There is a great deal of controversy about the apparent decision of the Advertising Standards Authority to permit for-profit abortion clinics to advertise their services through television and radio adverts. Many of those that regard themselves as generally in favour of permitting at least certain abortions say they are uncomfortable.
My view, by contrast, is that we do not need any laws specially to regulate abortion, since zygotes, embryos and foetuses are people and so the justifications or otherwise of their killing should be dealt with under murder and manslaughter laws. (This doesn't, of course, mean there would be no legal abortions – e.g. it is legal to separate co-joined twins in ways that result the death of one twin.) And my view is that if providing a commercial service is legal (whether I agree it should be legal or not) then it should be legal to advertise that service (albeit perhaps subject to restrictions on timing – we might not advertise hard liquor during children's programmes, for example).
Indeed, the very fact that those that favour specially regulated abortion (unlike myself) are uncomfortable about its being advertised seems to me to count in its favour. I think abortion is, in a particular sense relevant here, something rather like killing animals for meat, or capital punishment: there is a natural tendency of nice middle-class urban dwellers to want such things to happen but to be able to avert their eyes. They want to eat bacon and sausages and mince and other things that look as unlike a dead animal as possible. Anything nakedly death-involving, like fox-hunting, for example, makes them queasy. Animals should be "processed" in nice clean factories, far from middle-class eyes. Surveys have often suggested that majorities of the population favour capital punishment. Yet when there is film of people being hanged, or beheaded, or shot by firing squad, or stoned to death abroad, the outrage is near-universal. We'd like our executions to be clean and invisible.
Similarly, people want there to be abortions. But they want to pretend that abortion doesn't involve the death of an animal – for there is not the slightest grounds for disputing that an embryo is a living animal, even if one denies that it is a person. And they want them to occur where they can't see.
Indeed, so much so that when anti-abotion campaigners try to illustrate what actually occurs in abortions they are regarded as ghoulish extremists. That leads to astonishing ignorance. When the US debate about partial birth abortion was raging, I would sometimes need to explain to people what a partial birth abortion actually involves. Most people, upon having the procedure explained to them for the first time, would call me a liar to my face. Because abortions occur outwith the public gaze, people don't know what they involve, and find it easy to avert their mental gaze from the philosophical and ethical issues.
When we sanction death, we should all, in principle, be prepared to join in – or we should not sanction it. You should not eat meat if you would not be morally prepared to kill an animal yourself. Hunters used to blood new participants in the hunt (wipe their faces with the blood of the animal killed) – a practice that was continued until recently in fox-hunts also. That is the honourable way. If we sanction executions, then the ethically ideal form is something like a stoning, where the whole society collectively kills the person executed. If that is impractical (e.g. because it is thought to induce too much avoidable suffering) then executions should at the very least be public with a heavily imposed social norm that people are expected to attend. Mass liquidations in gas chambers thousands of miles from the electing populace is not the honourable way to execute. If you believe that abortion should be legal, you should be prepared in principle to carry out the procedure yourself, or to give the instruction to proceed, and certainly you should feel obliged to be prepared to watch.
Furthermore, my view is that if a practice is legal and commercially permitted, and we are not trying to phase it out, then it should be legal to advertise. That is part of what it is to permit something commercially. As I said, that does not mean there should be no restrictions on the timing, truthfulness and other features of advertising. But the general proposition remains.

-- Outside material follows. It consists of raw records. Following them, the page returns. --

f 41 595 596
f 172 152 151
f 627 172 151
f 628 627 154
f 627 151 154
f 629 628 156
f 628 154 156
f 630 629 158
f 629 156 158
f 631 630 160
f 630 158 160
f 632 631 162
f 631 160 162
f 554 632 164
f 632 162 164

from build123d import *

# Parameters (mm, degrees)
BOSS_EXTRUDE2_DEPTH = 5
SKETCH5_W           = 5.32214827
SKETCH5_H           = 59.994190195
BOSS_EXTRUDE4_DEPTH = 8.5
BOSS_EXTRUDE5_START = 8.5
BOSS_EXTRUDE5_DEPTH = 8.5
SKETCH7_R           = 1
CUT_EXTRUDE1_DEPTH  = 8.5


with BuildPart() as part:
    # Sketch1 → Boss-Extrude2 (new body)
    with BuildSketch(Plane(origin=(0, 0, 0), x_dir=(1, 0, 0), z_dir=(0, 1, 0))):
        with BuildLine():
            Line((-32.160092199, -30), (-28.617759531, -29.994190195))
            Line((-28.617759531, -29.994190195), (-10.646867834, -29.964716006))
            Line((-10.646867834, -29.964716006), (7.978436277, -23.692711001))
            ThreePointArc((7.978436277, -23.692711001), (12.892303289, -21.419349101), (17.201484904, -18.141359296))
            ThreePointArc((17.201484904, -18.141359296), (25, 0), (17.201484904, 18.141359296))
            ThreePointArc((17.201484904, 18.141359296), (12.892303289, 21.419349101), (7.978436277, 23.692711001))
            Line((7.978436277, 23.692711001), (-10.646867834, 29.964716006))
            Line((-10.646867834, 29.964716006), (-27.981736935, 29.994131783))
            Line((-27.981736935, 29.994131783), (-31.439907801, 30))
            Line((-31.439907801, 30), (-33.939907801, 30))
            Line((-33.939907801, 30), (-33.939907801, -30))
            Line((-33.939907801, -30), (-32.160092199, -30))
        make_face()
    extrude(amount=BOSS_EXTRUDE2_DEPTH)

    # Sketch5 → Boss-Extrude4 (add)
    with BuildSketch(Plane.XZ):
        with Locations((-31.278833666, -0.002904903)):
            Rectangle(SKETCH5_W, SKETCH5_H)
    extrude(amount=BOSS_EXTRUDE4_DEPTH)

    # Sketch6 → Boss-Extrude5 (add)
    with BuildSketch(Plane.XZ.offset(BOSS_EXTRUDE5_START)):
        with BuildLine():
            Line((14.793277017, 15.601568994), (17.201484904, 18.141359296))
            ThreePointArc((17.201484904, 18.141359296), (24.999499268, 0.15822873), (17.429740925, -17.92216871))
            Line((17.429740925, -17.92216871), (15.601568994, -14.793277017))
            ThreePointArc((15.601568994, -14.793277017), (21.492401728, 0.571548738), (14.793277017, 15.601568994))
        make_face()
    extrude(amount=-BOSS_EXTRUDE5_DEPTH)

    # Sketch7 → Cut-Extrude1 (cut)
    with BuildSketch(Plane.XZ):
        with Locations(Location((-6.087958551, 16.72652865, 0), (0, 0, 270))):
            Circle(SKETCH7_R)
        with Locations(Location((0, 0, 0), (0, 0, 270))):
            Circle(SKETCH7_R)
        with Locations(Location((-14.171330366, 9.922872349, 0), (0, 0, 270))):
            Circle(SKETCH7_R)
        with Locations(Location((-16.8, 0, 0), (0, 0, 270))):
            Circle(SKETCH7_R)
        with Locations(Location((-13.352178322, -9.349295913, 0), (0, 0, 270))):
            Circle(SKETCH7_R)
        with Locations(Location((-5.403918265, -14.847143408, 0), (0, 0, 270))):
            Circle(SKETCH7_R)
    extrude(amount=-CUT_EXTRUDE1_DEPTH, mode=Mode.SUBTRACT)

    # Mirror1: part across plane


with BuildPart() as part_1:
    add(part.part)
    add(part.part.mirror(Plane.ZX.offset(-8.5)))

If it is legal to conduct abortions for profit, then it should be legal to advertise one's services. Such advertising enhances competition, increases the quality of services offered, informs current and potential customers about one's products. If we don't want people to know about abortion clinics, what does that say?
That would apply to other things as well. If brothels were to be legalised, they should be able to advertise. If euthanasia / assisted suicide services are legalised, they should be able to advertise. And if you are in favour of legalising these things, but don't want to permit advertising, I put it to you that you should ask yourself why? If you are uncomfortable with permitting abortion clinics to advertise, might that, perhaps, be because you are uncomfortable with some of what they do inside the clinics?